EUR / USD
EURUSD rebounded yesterday, prompting a jump to the 1.04 level. The market's reaction to U.S. President Donald Trump's inauguration and potential trade policies have amplified expectations of an inflationary narrative and a stronger dollar. However, after Trump's inauguration, the lack of clarity on specific policies led to a selloff in USD, which provided some marginal gains for EUR. The euro's short-term gains are tempered by the 200-day EMA acting as a significant resistance level, and the broader trend remains uncertain.
The inauguration of Donald Trump as the 47th President of the United States is likely to introduce volatility to EURUSD. Market participants are closely monitoring Trump's policy announcements, particularly regarding trade and tariffs, which could affect both the euro and the dollar.
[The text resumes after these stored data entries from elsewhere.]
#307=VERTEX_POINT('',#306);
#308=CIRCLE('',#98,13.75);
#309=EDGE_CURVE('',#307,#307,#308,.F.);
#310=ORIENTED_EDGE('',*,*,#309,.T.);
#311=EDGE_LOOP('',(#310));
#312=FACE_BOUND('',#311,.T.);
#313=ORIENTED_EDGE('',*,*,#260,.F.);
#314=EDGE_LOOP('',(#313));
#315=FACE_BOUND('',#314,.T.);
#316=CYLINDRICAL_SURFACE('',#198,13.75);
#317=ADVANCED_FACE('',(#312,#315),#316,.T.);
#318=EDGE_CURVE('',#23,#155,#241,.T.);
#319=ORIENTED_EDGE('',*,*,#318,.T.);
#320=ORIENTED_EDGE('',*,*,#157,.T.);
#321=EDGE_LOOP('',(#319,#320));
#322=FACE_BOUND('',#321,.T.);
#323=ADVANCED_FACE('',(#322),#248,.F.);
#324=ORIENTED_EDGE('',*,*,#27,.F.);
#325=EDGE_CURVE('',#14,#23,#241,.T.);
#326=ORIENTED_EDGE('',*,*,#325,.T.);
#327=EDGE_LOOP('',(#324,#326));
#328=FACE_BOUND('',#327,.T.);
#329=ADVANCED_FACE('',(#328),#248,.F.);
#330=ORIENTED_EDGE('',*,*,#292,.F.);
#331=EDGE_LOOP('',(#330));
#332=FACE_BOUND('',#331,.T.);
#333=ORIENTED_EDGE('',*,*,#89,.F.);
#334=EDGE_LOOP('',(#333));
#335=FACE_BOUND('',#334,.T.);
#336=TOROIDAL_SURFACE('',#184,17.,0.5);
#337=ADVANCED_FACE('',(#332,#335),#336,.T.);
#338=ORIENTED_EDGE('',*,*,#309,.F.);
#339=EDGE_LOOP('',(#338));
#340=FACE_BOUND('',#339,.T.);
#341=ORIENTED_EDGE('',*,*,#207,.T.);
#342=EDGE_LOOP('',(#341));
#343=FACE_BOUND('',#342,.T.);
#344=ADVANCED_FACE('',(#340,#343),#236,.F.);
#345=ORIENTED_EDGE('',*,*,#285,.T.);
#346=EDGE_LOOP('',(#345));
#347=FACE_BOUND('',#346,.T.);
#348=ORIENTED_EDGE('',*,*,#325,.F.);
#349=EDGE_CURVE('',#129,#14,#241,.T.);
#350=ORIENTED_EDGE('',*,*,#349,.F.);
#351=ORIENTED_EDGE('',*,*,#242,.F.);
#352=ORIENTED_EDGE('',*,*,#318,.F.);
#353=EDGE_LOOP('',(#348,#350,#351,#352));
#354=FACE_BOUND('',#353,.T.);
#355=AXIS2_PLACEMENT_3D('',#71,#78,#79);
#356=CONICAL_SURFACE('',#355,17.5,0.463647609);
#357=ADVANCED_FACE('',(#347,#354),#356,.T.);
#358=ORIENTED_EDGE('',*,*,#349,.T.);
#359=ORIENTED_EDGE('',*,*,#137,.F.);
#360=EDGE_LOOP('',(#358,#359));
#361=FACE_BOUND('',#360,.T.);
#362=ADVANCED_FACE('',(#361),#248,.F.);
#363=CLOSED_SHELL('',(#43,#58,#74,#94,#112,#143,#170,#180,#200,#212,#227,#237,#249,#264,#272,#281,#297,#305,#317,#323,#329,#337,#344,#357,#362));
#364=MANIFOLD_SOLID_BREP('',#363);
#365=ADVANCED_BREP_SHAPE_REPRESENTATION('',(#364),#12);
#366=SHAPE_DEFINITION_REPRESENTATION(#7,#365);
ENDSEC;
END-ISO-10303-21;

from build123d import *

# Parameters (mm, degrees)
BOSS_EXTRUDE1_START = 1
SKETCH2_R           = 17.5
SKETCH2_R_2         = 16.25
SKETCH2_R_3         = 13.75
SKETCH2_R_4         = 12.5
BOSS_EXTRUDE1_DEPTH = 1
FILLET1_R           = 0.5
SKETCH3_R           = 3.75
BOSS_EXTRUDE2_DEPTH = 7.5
The potential for a stronger dollar exists if Trump's policies boost U.S. economic growth, while any conciliatory trade measures could temporarily support the euro.
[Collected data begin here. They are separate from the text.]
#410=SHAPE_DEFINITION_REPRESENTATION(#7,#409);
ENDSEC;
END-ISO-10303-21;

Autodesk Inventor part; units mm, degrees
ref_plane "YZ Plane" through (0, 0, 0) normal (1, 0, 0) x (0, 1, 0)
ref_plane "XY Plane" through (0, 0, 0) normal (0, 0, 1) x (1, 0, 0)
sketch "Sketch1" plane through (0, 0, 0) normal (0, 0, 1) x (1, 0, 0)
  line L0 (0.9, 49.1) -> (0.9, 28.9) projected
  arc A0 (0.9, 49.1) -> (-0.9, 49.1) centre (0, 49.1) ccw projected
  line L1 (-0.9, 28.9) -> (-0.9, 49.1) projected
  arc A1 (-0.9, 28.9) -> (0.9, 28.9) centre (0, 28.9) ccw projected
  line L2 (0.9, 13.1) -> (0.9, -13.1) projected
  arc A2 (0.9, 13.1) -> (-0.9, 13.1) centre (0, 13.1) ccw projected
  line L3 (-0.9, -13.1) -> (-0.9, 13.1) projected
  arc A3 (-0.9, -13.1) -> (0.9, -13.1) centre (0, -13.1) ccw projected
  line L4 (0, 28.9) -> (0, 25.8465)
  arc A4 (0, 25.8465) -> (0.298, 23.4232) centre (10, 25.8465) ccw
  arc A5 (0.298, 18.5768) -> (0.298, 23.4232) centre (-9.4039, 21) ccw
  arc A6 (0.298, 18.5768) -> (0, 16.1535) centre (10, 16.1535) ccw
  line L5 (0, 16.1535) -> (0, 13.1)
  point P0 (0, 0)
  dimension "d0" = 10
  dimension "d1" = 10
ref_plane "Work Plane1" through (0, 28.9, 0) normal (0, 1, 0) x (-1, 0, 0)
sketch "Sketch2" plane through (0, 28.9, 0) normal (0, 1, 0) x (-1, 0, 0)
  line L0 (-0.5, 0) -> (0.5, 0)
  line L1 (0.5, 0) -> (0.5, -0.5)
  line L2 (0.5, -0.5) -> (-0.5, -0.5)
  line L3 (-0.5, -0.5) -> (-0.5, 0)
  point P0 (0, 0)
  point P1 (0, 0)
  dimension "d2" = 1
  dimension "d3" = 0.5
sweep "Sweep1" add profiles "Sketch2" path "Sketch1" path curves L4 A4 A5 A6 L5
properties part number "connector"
Overall, EURUSD is likely to remain slightly on the back foot, as expectations of announcements from Trump have not abated yet. This is likely to keep a lid on any potential EUR gains. Overall, while the euro shows signs of short-term strength, the outlook remains cautious amid potential headwinds from policy divergence between the Federal Reserve and the ECB.
USD / JPY
USDJPY weakened to 155.637 yesterday, facing resistance near the 20-day SMA at 157.17 while finding support around the 50-day SMA at 154.84, indicating a consolidation phase. The RSI daily value of 44.72 suggests a neutral to slightly bearish sentiment.
A potential rate hike by the BoJ to 0.50% could strengthen the yen, as Japan shifts away from its ultra-loose monetary policy. With a 25bps hike being priced in this Friday, markets are more curious about insights from Governor Kazuo Ueda's post-meeting briefing, which will set the tone for the timing and pace of future rate increases.
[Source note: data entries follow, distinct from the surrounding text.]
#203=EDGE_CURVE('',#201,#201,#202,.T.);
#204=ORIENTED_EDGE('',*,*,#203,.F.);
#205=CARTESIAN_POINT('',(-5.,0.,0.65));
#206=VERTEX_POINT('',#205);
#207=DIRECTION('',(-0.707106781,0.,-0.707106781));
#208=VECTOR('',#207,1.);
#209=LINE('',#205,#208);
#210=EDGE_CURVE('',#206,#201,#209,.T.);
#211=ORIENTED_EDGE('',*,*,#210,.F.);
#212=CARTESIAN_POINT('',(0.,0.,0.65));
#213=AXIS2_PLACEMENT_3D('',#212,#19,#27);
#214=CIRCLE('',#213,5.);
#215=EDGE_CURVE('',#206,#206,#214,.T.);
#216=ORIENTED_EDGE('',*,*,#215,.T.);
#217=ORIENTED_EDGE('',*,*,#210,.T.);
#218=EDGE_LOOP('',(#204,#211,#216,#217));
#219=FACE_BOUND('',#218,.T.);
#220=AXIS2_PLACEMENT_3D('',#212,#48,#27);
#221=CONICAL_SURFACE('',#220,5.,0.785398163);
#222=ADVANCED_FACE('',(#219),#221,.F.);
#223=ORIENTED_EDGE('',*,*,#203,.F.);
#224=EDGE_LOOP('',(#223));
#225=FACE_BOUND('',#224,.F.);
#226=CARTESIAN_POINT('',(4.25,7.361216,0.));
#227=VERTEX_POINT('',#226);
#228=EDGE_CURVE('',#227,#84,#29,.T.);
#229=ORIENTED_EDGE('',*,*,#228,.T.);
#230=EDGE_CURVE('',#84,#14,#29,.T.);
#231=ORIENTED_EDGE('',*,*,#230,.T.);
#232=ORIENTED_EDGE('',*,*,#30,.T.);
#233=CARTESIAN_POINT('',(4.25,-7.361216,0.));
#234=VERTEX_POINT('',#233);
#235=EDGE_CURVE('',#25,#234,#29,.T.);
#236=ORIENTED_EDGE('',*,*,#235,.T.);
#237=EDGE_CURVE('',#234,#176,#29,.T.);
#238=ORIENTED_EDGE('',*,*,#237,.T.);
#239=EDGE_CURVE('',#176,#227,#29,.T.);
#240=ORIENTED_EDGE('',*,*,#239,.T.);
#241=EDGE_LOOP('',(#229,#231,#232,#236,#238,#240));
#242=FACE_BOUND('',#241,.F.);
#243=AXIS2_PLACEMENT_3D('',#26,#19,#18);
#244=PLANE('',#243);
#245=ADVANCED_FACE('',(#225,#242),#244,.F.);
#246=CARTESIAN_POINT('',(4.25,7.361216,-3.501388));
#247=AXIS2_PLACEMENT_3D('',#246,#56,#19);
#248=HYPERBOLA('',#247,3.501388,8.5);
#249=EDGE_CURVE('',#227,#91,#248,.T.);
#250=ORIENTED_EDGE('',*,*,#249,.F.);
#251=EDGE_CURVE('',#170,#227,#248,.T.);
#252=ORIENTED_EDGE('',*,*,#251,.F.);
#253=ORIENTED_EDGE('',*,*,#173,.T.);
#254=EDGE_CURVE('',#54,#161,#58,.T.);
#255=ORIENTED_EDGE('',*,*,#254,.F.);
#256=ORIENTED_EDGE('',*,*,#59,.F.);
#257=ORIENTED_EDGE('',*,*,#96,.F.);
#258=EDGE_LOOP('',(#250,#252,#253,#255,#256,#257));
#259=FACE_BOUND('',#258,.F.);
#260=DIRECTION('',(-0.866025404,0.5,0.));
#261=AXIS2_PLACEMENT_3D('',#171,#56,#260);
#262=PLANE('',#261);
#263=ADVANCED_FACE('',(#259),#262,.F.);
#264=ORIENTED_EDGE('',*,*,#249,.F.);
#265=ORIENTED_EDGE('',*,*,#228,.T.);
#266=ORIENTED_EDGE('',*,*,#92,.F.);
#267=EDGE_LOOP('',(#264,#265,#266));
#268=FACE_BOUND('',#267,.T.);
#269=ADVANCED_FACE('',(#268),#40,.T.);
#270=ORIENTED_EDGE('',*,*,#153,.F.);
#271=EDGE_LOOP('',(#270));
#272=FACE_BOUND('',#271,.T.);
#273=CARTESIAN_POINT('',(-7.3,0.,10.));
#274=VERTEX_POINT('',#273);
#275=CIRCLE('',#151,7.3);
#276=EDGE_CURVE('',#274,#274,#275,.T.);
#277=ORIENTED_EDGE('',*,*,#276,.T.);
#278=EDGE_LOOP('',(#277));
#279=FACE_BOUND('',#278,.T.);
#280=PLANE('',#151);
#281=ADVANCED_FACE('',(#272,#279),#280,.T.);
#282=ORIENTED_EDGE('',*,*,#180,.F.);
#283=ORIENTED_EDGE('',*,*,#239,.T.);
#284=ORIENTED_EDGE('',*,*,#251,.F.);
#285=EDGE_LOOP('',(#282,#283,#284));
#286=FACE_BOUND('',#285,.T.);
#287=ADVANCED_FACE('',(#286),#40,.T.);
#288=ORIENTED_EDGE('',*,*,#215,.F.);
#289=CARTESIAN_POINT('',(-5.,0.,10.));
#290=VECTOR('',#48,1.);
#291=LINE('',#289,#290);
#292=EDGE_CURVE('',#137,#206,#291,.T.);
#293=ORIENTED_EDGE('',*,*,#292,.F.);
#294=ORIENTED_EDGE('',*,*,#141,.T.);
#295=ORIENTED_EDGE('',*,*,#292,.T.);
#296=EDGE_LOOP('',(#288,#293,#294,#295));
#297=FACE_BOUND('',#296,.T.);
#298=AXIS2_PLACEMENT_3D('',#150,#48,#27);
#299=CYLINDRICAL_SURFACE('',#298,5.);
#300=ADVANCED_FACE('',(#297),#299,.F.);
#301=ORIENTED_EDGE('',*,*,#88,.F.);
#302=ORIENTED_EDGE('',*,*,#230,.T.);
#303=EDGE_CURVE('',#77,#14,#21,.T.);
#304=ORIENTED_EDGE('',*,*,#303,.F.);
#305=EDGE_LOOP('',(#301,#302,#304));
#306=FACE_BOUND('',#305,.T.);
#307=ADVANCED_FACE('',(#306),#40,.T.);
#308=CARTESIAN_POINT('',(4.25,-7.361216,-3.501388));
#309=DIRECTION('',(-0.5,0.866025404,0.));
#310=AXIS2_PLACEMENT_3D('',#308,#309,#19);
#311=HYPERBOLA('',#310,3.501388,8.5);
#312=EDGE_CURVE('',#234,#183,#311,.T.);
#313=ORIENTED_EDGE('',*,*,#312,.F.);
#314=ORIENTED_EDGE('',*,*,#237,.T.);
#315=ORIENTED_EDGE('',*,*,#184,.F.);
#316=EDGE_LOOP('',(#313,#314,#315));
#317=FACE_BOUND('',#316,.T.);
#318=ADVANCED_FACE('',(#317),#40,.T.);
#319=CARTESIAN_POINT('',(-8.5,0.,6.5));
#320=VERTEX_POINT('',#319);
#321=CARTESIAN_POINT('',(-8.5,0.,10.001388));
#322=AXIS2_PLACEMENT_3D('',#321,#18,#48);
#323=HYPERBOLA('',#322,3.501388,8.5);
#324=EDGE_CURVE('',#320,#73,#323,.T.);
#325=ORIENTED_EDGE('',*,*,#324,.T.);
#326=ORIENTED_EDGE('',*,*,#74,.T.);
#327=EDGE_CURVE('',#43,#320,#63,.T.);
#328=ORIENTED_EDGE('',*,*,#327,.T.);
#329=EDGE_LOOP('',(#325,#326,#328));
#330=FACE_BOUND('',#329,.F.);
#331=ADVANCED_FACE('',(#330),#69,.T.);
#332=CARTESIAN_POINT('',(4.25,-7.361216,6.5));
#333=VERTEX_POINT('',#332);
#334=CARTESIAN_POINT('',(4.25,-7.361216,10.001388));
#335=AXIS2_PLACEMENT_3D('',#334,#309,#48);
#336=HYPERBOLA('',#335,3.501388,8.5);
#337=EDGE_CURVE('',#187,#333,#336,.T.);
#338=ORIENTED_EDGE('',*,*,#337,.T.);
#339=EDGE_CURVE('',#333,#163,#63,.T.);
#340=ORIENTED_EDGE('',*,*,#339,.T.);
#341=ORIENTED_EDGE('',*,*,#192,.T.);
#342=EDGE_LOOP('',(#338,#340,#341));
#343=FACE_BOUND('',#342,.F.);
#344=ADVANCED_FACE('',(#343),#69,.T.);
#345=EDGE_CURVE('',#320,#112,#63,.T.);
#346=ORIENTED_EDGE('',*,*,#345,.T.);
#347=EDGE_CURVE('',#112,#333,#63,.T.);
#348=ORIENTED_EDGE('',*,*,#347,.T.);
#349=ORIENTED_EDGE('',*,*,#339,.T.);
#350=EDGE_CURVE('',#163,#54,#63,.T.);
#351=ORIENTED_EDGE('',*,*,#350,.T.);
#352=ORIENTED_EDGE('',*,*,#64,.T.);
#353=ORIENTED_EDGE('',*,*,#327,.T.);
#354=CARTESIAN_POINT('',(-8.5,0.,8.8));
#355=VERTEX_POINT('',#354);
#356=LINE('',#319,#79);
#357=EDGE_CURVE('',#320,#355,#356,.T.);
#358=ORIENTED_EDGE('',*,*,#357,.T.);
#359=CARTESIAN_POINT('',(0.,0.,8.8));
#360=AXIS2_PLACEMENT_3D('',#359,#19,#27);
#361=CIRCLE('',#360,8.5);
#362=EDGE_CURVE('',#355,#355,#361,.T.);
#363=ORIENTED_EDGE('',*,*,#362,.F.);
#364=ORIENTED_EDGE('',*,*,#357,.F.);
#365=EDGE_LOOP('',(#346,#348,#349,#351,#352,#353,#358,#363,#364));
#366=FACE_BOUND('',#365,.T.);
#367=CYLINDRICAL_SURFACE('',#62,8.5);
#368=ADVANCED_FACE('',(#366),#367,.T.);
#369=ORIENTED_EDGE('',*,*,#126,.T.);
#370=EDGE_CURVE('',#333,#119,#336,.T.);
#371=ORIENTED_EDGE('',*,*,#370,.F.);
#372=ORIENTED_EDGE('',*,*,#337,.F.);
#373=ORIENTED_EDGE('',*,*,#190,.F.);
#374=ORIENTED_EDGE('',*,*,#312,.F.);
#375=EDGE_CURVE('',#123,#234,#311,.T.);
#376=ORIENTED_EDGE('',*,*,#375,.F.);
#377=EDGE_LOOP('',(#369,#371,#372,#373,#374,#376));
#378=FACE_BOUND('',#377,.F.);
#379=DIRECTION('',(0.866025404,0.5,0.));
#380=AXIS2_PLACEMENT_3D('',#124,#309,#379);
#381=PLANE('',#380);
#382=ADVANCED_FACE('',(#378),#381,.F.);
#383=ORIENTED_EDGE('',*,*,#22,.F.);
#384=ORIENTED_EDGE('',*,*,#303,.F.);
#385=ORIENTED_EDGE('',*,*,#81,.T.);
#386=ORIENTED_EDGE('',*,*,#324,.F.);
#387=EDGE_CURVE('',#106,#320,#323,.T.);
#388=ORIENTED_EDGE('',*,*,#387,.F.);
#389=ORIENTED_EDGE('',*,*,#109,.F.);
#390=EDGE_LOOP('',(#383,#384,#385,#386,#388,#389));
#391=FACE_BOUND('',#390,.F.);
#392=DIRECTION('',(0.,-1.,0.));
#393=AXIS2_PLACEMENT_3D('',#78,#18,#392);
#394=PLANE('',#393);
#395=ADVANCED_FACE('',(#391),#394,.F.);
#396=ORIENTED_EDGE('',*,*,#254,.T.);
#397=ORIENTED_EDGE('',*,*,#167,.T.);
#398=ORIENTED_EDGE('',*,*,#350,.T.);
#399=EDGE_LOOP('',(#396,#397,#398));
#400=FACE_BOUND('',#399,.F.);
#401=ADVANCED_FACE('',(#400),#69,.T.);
This policy shift is occurring amidst geopolitical uncertainties, particularly the inauguration of Donald Trump as the 47th President of the United States, which could introduce volatility due to his proposed policies. Trump's administration is expected to focus on deregulation and pro-growth policies, potentially supporting the dollar initially, but concerns about inflationary pressures could lead to fluctuations in the USDJPY pair.
A bullish scenario could see USDJPY breaking above the 20-day SMA, targeting the resistance at 158.548, while a bearish scenario might unfold if the price falls below the 50-day SMA, testing the support at 154.801.
GBP / USD
GBPUSD showed signs of recovery, attempting to settle above the 1.2300 level, driven by a weakening dollar later on in the day. President Trump's decision to study trade policies rather than impose immediate tariffs has alleviated some trade-related uncertainties, providing a boost to the British pound. However, the pair faces resistance at the 1.2355 – 1.2370 range, and further gains will depend on emerging catalysts and market sentiment shifts.
Despite the positive momentum, the British pound has faced challenges, particularly due to disappointing UK retail sales data, which has exerted downward pressure on the currency. The recent rise in UK gilt yields has also contributed to market volatility, although concerns about a repeat of the "Truss moment" are considered overblown. Analysts suggest that while there may be near-term losses, the GBP/USD pair is expected to recover later in the year as USD strength wanes, potentially reaching 1.29 by year-end.
Overall, while short-term challenges persist, the outlook for GBPUSD appears cautiously optimistic for the latter part of the year, contingent on successful policy implementation and favourable market reception.